§ **Exercise**
Only certain lines below are wanted: those starting at the line containing "#16=VERTEX_POINT('',#15);" and ending at the line containing "#26=CARTESIAN_POINT('',(-3288.889005,-2667.,0.));", both included, each retyped exactly.

(Data excerpts)
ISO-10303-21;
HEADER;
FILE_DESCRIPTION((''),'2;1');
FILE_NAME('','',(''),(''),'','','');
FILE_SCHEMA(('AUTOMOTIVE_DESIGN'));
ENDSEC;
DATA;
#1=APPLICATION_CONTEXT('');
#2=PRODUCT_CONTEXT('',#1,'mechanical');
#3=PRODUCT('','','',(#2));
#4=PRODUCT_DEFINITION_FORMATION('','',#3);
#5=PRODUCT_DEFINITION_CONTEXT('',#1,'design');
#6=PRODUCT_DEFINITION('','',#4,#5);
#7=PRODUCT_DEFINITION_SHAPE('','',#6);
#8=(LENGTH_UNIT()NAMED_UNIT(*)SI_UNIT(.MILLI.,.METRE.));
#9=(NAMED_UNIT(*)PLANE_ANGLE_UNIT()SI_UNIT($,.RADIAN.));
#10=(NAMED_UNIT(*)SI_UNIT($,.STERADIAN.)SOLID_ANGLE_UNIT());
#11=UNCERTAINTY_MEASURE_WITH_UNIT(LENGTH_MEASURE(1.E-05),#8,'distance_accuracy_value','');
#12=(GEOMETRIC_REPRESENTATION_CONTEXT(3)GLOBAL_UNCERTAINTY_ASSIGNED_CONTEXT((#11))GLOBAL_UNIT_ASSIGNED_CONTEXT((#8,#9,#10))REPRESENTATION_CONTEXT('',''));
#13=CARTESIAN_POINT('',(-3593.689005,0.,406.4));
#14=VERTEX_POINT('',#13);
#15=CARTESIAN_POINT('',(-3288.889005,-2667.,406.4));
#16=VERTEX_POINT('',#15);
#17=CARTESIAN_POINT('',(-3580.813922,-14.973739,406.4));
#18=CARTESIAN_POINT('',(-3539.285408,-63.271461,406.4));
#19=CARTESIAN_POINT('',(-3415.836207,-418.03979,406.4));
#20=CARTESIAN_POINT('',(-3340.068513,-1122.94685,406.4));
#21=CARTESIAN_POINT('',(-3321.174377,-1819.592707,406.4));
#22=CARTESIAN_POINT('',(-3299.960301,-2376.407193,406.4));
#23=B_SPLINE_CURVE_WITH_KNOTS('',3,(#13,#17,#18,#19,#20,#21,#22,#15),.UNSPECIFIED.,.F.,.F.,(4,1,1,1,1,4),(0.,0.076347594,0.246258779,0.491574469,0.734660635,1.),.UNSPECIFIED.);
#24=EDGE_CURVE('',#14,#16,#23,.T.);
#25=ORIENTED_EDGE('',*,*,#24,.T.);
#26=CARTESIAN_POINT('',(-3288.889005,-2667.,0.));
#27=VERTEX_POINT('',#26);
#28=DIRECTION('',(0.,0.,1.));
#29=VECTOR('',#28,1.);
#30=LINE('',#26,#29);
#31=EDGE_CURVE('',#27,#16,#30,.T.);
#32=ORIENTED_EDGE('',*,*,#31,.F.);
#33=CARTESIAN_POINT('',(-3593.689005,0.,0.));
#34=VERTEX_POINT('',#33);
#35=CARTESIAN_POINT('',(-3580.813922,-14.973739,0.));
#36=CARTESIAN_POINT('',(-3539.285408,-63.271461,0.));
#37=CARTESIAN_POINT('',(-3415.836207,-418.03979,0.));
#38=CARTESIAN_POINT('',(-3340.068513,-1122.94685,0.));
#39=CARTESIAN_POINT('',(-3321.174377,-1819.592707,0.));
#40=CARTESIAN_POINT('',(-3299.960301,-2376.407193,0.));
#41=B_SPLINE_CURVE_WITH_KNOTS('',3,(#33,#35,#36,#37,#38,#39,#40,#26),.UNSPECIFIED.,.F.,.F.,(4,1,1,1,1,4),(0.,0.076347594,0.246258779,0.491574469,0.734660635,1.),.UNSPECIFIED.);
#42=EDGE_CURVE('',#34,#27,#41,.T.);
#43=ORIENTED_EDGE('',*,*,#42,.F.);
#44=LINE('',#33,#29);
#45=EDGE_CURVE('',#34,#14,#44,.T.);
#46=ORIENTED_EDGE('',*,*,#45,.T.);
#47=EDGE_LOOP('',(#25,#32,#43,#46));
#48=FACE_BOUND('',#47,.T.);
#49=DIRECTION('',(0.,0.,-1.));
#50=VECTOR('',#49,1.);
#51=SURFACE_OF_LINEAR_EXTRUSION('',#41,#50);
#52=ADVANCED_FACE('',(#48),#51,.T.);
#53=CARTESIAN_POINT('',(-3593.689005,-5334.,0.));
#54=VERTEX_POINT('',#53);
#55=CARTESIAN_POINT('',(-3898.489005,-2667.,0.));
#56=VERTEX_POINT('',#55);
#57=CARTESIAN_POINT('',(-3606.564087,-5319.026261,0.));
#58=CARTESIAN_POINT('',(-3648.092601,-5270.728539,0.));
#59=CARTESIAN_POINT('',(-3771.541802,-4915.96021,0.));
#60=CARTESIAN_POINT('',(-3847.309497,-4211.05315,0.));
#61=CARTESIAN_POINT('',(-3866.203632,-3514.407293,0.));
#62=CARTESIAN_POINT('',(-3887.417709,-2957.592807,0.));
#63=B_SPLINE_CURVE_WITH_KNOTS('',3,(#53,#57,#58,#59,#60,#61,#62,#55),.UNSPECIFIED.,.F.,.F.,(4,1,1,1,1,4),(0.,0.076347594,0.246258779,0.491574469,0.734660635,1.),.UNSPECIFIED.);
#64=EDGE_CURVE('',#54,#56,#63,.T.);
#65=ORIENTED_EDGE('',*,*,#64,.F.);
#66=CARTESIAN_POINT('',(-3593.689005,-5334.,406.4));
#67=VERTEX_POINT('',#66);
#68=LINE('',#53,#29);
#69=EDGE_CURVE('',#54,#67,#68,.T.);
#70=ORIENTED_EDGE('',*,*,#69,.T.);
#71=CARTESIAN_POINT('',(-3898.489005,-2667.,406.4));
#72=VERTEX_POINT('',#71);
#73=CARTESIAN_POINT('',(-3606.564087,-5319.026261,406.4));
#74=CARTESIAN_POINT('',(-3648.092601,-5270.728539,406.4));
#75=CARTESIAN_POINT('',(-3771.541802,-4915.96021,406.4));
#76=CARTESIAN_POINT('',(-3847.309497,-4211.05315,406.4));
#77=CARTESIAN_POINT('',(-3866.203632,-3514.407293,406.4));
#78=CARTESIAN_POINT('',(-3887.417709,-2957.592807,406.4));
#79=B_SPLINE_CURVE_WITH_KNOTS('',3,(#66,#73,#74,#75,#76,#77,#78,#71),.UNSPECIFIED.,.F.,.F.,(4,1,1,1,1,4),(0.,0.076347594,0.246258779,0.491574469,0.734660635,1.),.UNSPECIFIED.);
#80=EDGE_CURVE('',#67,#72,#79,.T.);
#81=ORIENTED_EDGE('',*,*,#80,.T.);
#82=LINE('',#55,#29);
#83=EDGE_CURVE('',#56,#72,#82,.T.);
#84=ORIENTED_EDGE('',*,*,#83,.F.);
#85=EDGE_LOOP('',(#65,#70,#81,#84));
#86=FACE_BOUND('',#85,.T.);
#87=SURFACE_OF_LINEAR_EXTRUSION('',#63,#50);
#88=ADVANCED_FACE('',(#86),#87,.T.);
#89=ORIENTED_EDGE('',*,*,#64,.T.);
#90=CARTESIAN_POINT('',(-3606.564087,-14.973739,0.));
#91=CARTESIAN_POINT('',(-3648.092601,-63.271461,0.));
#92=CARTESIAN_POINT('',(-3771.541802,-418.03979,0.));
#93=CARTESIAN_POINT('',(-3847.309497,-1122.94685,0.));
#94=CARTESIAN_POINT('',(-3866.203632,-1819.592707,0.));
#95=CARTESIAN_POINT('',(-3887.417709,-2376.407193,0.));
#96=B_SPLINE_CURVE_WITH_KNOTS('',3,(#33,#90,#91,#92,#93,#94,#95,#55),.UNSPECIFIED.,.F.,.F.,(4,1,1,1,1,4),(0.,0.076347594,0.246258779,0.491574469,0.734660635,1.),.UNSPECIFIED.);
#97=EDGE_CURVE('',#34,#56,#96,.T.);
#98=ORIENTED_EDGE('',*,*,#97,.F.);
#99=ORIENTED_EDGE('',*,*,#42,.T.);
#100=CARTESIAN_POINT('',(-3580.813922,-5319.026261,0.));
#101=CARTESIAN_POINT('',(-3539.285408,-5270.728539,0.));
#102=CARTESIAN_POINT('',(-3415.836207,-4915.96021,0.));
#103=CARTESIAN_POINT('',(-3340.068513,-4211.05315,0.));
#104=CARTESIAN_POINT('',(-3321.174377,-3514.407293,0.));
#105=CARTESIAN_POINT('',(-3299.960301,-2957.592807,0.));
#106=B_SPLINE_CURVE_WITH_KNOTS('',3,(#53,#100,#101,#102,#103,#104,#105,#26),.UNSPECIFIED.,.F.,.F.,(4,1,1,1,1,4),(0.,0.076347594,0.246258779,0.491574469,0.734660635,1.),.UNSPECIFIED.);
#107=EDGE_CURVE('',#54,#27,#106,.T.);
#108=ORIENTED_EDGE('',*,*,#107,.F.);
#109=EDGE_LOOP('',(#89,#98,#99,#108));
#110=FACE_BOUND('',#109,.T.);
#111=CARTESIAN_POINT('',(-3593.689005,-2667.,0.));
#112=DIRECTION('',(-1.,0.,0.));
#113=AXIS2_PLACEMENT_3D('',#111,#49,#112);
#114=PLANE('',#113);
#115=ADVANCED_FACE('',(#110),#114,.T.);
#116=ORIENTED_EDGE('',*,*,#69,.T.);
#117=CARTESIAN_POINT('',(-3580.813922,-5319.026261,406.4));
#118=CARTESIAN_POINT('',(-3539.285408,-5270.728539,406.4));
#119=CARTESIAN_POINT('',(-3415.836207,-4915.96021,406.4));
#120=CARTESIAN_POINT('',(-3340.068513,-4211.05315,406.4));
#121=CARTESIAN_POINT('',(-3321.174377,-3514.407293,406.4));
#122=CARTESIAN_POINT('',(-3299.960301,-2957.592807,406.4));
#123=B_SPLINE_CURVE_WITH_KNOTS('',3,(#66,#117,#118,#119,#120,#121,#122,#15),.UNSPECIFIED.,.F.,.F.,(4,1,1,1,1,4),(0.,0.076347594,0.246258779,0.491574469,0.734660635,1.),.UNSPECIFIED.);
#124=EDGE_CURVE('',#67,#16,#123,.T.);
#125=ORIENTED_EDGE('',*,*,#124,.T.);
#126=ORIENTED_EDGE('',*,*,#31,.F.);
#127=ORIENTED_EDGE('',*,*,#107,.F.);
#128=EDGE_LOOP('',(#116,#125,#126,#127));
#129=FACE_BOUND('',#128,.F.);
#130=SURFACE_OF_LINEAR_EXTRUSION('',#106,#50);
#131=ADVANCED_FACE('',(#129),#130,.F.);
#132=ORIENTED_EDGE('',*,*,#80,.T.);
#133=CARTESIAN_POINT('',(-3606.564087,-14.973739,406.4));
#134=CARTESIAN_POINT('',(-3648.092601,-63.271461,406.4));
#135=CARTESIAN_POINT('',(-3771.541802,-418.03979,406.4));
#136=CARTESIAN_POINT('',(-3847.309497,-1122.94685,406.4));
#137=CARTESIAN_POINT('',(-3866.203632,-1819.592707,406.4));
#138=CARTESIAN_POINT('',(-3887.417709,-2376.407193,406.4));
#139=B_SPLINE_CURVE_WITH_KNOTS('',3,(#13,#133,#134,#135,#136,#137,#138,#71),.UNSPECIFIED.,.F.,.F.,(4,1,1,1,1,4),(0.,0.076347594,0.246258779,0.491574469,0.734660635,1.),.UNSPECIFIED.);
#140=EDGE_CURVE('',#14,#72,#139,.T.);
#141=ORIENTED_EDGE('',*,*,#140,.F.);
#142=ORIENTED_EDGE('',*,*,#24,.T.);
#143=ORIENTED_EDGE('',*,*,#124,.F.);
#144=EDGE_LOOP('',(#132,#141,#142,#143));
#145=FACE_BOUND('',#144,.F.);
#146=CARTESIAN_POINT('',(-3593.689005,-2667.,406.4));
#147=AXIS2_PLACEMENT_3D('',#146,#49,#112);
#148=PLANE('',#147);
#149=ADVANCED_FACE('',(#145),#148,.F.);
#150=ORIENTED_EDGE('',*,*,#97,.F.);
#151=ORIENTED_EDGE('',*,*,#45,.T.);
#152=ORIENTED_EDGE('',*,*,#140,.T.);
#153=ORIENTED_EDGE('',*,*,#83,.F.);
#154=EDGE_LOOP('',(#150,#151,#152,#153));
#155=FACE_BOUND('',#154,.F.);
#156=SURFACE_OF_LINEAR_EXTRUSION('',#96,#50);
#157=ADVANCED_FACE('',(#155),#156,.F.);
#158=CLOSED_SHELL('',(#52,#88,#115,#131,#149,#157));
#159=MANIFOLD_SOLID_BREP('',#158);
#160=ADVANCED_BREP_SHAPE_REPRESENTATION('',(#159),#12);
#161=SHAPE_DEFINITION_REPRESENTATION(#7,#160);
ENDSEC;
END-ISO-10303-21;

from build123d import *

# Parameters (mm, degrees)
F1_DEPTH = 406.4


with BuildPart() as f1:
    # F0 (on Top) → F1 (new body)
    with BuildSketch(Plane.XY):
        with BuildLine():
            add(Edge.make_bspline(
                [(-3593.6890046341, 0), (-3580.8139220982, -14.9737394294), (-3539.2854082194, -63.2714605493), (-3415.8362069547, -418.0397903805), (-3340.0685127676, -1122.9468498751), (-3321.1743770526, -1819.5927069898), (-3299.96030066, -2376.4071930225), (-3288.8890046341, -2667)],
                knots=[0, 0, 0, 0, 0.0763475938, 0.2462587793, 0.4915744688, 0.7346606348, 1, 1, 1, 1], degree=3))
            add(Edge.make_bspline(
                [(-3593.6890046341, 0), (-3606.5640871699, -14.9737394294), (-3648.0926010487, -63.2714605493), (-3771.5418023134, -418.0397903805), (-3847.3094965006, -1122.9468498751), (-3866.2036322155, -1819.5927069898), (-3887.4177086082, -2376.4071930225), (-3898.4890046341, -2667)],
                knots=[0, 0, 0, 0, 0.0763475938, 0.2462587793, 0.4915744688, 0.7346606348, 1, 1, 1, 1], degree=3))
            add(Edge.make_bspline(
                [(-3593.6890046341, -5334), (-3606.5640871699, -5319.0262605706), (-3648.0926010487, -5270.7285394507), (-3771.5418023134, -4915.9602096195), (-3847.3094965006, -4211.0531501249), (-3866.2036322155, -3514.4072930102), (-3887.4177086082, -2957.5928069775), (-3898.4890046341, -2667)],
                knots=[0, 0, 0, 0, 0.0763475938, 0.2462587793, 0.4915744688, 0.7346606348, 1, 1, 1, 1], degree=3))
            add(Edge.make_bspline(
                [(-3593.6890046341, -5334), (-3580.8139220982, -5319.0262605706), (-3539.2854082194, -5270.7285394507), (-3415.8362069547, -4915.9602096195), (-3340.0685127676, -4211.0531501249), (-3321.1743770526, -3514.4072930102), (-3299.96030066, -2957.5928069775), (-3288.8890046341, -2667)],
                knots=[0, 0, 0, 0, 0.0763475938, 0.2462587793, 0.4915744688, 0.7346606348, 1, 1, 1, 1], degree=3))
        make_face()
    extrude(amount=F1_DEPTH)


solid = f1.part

§ **Task response**
#16=VERTEX_POINT('',#15);
#17=CARTESIAN_POINT('',(-3580.813922,-14.973739,406.4));
#18=CARTESIAN_POINT('',(-3539.285408,-63.271461,406.4));
#19=CARTESIAN_POINT('',(-3415.836207,-418.03979,406.4));
#20=CARTESIAN_POINT('',(-3340.068513,-1122.94685,406.4));
#21=CARTESIAN_POINT('',(-3321.174377,-1819.592707,406.4));
#22=CARTESIAN_POINT('',(-3299.960301,-2376.407193,406.4));
#23=B_SPLINE_CURVE_WITH_KNOTS('',3,(#13,#17,#18,#19,#20,#21,#22,#15),.UNSPECIFIED.,.F.,.F.,(4,1,1,1,1,4),(0.,0.076347594,0.246258779,0.491574469,0.734660635,1.),.UNSPECIFIED.);
#24=EDGE_CURVE('',#14,#16,#23,.T.);
#25=ORIENTED_EDGE('',*,*,#24,.T.);
#26=CARTESIAN_POINT('',(-3288.889005,-2667.,0.));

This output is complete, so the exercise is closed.